To do:
Repeat verbatim, and only, the lines of the data below, beginning at the line that contains "#225=PLANE('',#224);" and stopping after the line that contains "#234=FACE_BOUND('',#233,.T.);".

Exercise data:
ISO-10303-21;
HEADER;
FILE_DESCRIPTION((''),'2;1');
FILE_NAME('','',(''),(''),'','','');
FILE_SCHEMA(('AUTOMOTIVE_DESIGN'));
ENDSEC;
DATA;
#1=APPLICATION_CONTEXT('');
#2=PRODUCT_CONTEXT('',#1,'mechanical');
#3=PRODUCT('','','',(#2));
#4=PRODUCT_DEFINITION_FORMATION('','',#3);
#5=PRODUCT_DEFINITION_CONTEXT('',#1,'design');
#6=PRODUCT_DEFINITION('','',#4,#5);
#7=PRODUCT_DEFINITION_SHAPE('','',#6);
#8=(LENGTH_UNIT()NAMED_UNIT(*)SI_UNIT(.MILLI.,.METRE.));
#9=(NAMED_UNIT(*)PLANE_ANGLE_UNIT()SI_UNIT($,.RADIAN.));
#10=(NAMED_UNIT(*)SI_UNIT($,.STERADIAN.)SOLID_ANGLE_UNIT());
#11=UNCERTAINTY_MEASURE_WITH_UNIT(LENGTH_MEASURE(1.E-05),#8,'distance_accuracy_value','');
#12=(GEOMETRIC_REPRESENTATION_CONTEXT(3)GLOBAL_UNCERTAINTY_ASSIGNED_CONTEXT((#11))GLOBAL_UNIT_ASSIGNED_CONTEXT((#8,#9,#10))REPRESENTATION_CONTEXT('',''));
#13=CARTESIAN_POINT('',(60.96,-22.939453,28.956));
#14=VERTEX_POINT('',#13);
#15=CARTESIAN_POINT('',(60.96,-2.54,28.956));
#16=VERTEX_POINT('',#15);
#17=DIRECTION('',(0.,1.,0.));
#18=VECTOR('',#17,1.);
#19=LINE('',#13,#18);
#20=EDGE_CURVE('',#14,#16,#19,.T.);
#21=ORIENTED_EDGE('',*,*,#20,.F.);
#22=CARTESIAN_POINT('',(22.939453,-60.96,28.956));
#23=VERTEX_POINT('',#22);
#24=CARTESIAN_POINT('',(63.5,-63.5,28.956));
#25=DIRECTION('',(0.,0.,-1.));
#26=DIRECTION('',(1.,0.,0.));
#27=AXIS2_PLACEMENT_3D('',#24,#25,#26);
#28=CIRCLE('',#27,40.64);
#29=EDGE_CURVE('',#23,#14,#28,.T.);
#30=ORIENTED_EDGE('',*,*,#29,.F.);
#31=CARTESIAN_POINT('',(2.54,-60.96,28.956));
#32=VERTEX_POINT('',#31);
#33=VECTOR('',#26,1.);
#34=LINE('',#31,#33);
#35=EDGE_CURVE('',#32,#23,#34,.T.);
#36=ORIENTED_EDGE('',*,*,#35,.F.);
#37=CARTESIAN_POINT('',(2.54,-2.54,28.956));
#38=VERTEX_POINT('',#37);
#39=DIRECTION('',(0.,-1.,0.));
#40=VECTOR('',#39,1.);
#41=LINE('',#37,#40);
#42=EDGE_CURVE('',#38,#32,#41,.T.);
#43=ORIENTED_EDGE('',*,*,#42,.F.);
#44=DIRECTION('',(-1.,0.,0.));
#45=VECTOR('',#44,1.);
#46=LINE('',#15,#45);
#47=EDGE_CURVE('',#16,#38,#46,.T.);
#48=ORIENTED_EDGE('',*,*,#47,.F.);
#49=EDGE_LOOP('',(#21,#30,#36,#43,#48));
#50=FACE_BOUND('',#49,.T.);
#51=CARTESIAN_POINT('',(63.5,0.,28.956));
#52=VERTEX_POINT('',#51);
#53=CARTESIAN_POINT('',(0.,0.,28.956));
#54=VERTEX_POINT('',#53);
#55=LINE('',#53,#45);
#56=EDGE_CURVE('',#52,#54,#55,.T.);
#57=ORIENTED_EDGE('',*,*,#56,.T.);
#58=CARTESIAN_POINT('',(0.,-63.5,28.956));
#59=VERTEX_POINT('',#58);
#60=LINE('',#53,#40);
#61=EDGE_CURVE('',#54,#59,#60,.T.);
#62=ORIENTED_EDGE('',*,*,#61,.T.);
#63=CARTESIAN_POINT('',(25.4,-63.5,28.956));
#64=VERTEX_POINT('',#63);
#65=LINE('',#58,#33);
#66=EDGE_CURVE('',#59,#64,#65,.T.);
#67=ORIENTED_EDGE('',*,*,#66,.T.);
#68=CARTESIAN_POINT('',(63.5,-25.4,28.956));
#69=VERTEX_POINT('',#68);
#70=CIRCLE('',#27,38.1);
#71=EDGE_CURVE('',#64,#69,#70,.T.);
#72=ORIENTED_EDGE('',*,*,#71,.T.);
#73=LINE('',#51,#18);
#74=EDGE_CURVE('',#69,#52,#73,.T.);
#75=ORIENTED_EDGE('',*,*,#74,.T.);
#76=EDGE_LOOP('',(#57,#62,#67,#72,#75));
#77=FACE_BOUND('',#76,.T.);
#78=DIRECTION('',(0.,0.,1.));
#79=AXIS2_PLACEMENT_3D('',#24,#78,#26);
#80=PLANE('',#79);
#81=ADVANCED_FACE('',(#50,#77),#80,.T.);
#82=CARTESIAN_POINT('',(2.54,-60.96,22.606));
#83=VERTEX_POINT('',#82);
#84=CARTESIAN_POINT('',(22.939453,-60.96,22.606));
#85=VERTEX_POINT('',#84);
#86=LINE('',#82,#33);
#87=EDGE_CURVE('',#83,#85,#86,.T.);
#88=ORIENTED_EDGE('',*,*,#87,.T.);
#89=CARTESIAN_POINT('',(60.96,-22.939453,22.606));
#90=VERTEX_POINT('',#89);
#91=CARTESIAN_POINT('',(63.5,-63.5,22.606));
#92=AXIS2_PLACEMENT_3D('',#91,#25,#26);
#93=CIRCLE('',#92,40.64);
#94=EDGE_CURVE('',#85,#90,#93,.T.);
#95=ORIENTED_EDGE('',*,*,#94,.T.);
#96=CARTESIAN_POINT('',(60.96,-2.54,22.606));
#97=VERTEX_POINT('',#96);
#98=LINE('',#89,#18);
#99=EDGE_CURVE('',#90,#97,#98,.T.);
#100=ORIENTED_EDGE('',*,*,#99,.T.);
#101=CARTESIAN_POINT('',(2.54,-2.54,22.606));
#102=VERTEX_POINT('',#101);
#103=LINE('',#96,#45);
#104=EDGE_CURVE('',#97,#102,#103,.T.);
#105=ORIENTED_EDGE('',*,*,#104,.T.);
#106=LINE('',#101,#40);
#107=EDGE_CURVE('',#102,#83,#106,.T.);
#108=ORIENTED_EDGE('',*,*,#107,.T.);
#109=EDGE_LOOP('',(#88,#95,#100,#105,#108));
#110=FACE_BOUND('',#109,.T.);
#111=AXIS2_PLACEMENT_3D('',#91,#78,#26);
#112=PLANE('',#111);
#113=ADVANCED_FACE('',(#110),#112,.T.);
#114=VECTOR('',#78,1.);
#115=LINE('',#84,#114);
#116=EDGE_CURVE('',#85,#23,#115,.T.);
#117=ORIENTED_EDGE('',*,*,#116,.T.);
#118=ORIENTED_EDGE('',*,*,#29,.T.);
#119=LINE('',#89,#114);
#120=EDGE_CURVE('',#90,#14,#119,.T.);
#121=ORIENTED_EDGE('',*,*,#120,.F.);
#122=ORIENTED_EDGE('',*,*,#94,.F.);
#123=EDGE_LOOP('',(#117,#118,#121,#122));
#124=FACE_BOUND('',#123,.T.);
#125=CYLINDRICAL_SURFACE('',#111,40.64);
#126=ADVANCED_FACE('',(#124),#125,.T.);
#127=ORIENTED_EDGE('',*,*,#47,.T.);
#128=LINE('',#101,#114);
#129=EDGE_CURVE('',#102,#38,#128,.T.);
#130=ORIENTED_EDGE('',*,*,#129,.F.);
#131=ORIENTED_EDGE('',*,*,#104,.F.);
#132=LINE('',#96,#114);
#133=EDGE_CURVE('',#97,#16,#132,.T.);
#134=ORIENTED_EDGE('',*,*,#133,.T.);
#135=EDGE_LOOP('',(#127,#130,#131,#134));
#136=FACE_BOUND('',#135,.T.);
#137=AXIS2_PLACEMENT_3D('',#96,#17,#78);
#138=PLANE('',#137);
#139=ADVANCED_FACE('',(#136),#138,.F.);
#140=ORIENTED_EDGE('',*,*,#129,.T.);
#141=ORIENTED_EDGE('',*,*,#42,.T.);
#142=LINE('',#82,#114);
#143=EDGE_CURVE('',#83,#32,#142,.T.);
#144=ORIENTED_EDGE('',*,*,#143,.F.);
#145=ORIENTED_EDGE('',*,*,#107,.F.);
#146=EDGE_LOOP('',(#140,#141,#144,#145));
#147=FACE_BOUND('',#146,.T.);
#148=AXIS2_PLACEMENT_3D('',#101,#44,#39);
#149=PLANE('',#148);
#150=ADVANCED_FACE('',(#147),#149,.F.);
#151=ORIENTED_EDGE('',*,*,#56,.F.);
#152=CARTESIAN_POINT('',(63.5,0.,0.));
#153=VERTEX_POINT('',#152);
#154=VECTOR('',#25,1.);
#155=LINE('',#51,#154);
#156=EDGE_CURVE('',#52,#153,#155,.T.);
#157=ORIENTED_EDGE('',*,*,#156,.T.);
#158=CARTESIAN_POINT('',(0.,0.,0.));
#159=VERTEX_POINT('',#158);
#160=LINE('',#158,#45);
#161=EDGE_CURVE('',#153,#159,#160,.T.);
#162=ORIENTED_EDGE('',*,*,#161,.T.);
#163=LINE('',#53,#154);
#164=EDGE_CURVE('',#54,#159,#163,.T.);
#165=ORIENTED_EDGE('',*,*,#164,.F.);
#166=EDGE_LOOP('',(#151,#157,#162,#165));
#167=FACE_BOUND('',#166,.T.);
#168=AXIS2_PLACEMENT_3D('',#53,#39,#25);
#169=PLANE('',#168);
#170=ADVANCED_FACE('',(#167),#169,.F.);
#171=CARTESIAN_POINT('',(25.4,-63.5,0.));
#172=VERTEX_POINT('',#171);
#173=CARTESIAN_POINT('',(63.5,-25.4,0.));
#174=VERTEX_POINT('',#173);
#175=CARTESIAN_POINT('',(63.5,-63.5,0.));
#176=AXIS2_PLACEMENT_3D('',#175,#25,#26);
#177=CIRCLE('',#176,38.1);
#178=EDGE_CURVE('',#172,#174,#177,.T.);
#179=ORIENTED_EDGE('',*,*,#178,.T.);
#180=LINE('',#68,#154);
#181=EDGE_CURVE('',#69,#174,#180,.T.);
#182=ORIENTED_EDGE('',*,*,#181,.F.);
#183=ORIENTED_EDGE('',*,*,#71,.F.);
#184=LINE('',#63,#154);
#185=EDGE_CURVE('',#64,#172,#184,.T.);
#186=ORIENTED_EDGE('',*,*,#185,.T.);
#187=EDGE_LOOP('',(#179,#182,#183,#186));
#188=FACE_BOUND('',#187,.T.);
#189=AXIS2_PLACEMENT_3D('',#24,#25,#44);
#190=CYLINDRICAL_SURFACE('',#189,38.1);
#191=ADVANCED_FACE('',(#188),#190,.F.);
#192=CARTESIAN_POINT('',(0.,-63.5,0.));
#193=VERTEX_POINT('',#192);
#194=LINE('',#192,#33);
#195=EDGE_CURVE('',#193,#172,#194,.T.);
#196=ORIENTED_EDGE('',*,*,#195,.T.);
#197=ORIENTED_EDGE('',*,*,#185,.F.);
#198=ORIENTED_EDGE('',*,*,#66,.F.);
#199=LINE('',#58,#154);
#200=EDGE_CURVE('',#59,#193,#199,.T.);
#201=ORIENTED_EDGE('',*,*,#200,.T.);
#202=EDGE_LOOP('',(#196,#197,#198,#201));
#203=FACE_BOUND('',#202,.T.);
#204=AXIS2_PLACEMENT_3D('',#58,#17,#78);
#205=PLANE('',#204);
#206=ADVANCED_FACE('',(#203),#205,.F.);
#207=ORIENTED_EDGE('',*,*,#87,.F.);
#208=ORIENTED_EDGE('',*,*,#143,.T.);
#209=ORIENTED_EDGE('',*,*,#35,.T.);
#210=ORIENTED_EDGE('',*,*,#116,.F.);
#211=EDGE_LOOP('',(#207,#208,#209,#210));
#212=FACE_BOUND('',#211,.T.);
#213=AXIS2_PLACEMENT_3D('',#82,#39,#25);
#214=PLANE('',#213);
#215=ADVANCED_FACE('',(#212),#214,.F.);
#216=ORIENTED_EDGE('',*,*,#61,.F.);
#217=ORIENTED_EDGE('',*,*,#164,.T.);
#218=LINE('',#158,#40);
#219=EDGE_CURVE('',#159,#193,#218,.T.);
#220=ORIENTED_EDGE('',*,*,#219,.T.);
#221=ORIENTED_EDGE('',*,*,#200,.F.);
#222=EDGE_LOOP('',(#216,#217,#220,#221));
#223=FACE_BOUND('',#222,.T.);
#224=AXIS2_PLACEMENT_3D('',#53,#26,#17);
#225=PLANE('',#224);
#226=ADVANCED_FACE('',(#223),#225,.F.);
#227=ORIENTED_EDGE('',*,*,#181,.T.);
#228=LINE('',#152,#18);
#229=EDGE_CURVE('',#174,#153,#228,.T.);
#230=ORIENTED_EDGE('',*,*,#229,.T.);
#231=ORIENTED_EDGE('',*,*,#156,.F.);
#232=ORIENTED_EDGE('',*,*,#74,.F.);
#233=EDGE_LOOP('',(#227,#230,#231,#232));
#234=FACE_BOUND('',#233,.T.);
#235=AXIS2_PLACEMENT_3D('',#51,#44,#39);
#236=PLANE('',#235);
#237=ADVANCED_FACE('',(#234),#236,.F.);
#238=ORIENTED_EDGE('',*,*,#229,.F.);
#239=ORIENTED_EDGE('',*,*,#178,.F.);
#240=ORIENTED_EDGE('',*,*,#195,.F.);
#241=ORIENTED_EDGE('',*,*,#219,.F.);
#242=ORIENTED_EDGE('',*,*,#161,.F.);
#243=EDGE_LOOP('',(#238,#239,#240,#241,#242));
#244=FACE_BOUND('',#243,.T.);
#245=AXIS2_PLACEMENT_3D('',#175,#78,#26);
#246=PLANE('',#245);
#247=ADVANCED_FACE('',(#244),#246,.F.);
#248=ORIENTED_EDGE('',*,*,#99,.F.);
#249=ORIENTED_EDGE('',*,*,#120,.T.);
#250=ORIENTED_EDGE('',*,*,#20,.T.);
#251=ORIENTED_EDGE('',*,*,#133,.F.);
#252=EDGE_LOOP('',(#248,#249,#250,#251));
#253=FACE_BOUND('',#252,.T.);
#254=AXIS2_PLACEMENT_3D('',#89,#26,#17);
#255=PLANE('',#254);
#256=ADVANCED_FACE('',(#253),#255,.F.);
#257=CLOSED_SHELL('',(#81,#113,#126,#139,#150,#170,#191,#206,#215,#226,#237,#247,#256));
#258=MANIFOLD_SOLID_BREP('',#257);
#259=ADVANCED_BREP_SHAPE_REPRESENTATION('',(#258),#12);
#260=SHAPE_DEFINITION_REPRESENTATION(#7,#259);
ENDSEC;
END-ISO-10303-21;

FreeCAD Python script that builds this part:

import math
import FreeCAD as App
import Part
import Sketcher
from FreeCAD import Vector
Q = App.Units.Quantity

doc = App.newDocument("Part")
body = doc.addObject("PartDesign::Body", "Body")

sketch1 = body.newObject("Sketcher::SketchObject", "Sketch")
sketch1.AttachmentSupport = (doc.getObject("XY_Plane"), [""])
sketch1.MapMode = "FlatFace"
sketch1.addGeometry([
    Part.LineSegment(Vector(64, 0, 0), Vector(0, 0, 0)),
    Part.LineSegment(Vector(0, 0, 0), Vector(0, -64, 0)),
    Part.LineSegment(Vector(0, -64, 0), Vector(25, -64, 0)),
    Part.ArcOfCircle(Part.Circle(Vector(64, -64, 0), Vector(0, 0, 1), 38), math.radians(90), math.radians(180)),
    Part.LineSegment(Vector(64, -25, 0), Vector(64, 0, 0)),
], False)
sketch1.addConstraint([
    Sketcher.Constraint("Coincident", 0, 2, 1, 1),
    Sketcher.Constraint("Coincident", 1, 2, 2, 1),
    Sketcher.Constraint("Coincident", 2, 2, 3, 2),
    Sketcher.Constraint("Coincident", 3, 1, 4, 1),
    Sketcher.Constraint("Coincident", 4, 2, 0, 1),
    Sketcher.Constraint("Horizontal", 0),
    Sketcher.Constraint("Vertical", 1),
    Sketcher.Constraint("Horizontal", 2),
    Sketcher.Constraint("Vertical", 4),
    Sketcher.Constraint("Coincident", 0, 2, -1, 1),
    Sketcher.Constraint("Horizontal", 3, 3, 1, 2),
    Sketcher.Constraint("Equal", 0, 1),
    Sketcher.Constraint("Equal", 2, 4),
    Sketcher.Constraint("Radius", 3, Q("1.5 in")),
    Sketcher.Constraint("DistanceX", 2, 1, 2, 2, Q("1 in")),
])
pad1 = body.newObject("PartDesign::Pad", "Pad")
pad1.Profile = sketch1
pad1.Length = Q("1.14 in")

Answer to the problem:
#225=PLANE('',#224);
#226=ADVANCED_FACE('',(#223),#225,.F.);
#227=ORIENTED_EDGE('',*,*,#181,.T.);
#228=LINE('',#152,#18);
#229=EDGE_CURVE('',#174,#153,#228,.T.);
#230=ORIENTED_EDGE('',*,*,#229,.T.);
#231=ORIENTED_EDGE('',*,*,#156,.F.);
#232=ORIENTED_EDGE('',*,*,#74,.F.);
#233=EDGE_LOOP('',(#227,#230,#231,#232));
#234=FACE_BOUND('',#233,.T.);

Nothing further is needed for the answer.